They go on like this for a while. I rub my hand over Winnie’s back in soothing strokes, hoping it might calm him down.
“Spawn?” Chrissy whispers, so only I can hear. “Really?”
I glance at her and drop my voice so low, it’s nearly ina
udible. “Tell them your contractions are getting worse. Tell them you have to sit.”
“Wouldn’t exactly be lying, if I told them that, Gem.” She winces in pain, holding her abdomen like it’s being torn apart from the inside. Probably because it is.
“My purse, in the backseat. There’s another phone inside.” My words are hushed but intent. “Get it. Call for help.”
Her eyes widen in comprehension as she nods, pushing off the wall, where we’ve been standing since Ralph forced us out of the car at gunpoint into this drippy, damp place.

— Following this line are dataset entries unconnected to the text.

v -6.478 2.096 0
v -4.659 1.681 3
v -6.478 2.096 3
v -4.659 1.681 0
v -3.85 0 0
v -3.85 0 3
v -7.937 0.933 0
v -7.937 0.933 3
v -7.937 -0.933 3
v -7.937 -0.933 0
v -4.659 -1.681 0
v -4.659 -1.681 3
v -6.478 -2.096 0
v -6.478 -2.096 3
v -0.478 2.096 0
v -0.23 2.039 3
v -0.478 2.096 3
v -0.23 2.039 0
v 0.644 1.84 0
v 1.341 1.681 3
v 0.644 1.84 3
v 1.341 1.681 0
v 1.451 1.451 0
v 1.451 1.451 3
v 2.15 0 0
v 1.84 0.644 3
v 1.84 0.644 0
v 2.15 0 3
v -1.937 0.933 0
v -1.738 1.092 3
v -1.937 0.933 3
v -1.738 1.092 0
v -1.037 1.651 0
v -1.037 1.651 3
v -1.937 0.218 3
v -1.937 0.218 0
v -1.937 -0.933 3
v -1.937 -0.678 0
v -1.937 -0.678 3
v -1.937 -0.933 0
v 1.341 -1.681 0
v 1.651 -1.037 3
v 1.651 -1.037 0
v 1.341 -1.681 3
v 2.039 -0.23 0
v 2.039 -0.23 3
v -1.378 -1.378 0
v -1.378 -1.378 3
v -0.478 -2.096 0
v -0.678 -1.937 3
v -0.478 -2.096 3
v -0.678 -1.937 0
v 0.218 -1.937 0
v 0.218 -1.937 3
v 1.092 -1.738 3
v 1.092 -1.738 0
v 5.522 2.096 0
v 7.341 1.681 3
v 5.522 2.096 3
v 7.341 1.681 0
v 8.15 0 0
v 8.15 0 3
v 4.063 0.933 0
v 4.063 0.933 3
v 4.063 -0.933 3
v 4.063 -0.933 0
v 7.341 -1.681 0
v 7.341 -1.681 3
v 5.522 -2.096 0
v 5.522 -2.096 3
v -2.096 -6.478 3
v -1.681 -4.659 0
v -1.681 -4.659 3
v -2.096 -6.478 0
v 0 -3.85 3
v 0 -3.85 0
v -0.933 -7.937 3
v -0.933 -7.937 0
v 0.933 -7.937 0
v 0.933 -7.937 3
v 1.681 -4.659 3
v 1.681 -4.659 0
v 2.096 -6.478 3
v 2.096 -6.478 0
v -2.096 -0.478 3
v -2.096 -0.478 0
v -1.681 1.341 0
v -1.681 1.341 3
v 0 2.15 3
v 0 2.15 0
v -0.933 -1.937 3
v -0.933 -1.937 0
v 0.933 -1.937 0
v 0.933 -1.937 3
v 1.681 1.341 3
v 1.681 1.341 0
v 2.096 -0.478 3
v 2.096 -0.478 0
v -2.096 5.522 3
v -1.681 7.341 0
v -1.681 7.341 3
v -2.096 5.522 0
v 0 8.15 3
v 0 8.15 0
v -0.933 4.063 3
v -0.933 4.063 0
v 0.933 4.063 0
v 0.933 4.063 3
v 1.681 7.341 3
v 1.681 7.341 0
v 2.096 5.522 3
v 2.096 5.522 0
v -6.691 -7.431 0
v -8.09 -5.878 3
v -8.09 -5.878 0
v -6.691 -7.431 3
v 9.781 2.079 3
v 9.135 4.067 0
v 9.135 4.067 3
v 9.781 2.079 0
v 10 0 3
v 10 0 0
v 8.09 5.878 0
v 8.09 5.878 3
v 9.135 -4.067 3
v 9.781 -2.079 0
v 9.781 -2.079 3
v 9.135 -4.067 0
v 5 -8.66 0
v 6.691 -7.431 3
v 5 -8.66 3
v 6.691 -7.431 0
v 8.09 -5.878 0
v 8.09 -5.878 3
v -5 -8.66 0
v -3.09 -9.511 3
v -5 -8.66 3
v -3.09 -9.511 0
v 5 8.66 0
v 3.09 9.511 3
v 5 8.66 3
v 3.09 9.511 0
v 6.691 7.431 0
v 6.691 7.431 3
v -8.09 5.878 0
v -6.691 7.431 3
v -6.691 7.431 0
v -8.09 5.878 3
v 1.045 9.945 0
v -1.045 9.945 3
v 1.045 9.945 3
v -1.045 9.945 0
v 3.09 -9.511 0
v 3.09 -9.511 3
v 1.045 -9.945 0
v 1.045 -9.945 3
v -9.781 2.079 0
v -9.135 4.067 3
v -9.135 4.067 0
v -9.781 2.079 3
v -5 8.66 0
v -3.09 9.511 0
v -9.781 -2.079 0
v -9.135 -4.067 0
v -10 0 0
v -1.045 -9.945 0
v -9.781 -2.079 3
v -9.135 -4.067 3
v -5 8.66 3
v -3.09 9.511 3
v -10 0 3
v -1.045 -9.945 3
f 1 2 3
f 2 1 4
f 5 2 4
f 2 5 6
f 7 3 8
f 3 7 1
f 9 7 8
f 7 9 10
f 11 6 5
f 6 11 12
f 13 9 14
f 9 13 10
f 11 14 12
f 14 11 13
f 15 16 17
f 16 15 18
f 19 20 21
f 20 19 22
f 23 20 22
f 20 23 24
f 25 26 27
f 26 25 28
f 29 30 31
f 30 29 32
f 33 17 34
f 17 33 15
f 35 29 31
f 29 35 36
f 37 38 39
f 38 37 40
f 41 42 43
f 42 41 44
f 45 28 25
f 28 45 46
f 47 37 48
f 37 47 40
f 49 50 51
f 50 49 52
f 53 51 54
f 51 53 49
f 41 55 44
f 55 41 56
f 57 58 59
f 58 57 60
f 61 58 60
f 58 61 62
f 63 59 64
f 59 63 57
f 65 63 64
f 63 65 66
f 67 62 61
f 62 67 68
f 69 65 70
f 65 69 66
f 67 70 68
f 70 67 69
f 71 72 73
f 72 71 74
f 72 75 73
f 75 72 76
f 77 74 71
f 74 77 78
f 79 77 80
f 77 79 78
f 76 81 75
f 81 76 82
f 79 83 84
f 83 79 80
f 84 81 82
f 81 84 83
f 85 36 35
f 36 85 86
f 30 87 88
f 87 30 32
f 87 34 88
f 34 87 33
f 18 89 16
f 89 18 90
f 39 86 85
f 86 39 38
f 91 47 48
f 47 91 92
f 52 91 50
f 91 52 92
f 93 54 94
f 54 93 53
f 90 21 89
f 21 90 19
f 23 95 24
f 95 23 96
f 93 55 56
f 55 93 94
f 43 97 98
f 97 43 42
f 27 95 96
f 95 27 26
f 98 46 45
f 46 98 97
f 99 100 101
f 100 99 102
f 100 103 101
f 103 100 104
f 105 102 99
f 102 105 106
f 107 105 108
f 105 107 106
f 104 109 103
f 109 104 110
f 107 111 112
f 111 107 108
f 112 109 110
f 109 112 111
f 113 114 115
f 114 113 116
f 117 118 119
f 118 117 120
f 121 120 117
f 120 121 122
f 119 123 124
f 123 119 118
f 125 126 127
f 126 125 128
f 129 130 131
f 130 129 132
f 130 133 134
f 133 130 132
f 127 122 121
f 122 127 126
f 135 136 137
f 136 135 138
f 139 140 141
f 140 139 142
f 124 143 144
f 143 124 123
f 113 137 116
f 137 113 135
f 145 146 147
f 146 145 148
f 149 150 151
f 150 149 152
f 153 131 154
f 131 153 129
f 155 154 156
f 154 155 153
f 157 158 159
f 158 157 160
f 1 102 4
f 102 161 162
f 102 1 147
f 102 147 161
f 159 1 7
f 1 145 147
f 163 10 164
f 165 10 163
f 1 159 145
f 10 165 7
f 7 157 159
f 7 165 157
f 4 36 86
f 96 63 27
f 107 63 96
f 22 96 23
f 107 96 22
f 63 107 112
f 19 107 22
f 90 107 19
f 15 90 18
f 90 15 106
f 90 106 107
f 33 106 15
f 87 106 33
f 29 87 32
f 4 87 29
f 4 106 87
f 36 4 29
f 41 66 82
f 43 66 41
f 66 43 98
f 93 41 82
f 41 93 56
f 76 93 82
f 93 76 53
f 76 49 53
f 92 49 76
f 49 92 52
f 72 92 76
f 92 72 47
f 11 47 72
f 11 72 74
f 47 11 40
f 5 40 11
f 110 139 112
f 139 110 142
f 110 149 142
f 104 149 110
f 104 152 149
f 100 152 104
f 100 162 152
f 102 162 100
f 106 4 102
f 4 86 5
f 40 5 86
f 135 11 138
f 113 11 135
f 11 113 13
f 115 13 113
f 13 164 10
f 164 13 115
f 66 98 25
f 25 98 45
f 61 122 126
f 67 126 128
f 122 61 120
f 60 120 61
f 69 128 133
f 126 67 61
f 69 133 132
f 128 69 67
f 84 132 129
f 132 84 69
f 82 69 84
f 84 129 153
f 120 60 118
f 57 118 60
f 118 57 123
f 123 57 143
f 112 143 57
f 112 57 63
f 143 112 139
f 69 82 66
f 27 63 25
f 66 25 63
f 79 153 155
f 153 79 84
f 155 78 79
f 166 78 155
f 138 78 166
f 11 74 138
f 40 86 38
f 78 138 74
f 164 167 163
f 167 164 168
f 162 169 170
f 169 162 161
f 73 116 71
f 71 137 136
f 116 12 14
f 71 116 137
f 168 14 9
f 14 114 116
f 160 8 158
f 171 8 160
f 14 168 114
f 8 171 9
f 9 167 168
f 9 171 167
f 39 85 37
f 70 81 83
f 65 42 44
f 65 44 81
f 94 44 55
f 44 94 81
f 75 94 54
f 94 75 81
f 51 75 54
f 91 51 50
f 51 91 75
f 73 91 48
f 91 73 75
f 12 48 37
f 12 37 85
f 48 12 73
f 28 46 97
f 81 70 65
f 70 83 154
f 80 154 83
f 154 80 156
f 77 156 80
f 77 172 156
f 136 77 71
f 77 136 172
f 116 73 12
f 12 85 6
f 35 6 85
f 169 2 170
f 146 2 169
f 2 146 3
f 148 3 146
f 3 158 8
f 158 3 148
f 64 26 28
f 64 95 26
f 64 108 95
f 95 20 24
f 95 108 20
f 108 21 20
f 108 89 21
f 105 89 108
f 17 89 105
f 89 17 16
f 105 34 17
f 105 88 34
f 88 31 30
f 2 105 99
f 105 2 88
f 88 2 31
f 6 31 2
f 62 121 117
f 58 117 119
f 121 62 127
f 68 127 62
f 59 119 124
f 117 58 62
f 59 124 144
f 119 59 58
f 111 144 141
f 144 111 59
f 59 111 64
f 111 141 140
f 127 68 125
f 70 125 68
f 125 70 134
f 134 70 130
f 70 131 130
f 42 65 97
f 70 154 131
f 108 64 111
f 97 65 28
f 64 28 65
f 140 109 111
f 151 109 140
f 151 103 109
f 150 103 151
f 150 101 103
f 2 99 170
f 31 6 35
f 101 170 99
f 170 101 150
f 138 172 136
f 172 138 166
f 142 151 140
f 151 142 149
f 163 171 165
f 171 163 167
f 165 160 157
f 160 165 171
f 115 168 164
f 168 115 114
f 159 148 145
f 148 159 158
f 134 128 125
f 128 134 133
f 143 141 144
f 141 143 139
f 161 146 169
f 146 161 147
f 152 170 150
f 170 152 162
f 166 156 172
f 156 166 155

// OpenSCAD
// file: ollo.scad
// Diameter of plastic ollo holes
OlloHoles = 4.3;

// Width of Ollo "real" plastic
OlloWidth = 3;

// Distance between two ollo holes
OlloSpacing = 6;

// Do an Ollo hole on the part
module olloHole(depth=2.2)
{
    translate([0,0,-0.1])
      cylinder(depth+0.2, OlloHoles/2, OlloHoles/2);
}

// Do 3 ollo holes
module threeOllo(depth=2.2)
{
  for (xy=[[-OlloSpacing,0],[0,0],[OlloSpacing,0]]) {
    translate([xy[0], xy[1], 0])
    olloHole(depth);
  }
}

// Do a servo arm holes
module servoArm(depth=2.2)
{
    threeOllo(depth);
    rotate([0,0,90])
      threeOllo(depth);
}
// main file
include <ollo.scad>;

module arm(counter=false) {
    c = counter?[0.6,0.6,0.6]:[0.15,0.15,0.15];
    color(c) {
        difference() {
            cylinder(d=20, h=OlloWidth);
            servoArm(OlloWidth);
        }
    }
}

arm();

Vanessa is shrieking again. “Seventy-thirty, or I walk. You’re lucky I’m not asking for more— hey!” She breaks off abruptly when she catches sight of Chrissy, waddling toward the car with measured steps. “Where the hell do you think you’re going, preggers?!”
“Oh, so you did notice I’m pregnant!” I have to hand it to Chrissy — she never even breaks stride as she tosses the words over her shoulder. “Could’ve fooled me. But really, don’t let me interrupt your little tiff. I’m just going to sit because, well, there’s a fetus pressing against my cervix like a train barreling down the tracks. And gravity is really not my friend, right now, if you know what I mean.”
Ralph steps forward. “Listen, bitch, I don’t care—”
“What’s the going rate for infanticide, these days?” I ask, interrupting him. “Anyone know?”
Vanessa rolls her eyes.
“I think it’s 25 to life.” Chrissy shrugs. “Does Massachusetts have the death penalty? I can never remember.”
“Oh, I’m not sure. But I don’t think juries look too kindly on baby-killers. Not to mention the inmates, in prison. I can only imagine what they’d do to a guy responsible for the death of a pregnant woman and her unborn—”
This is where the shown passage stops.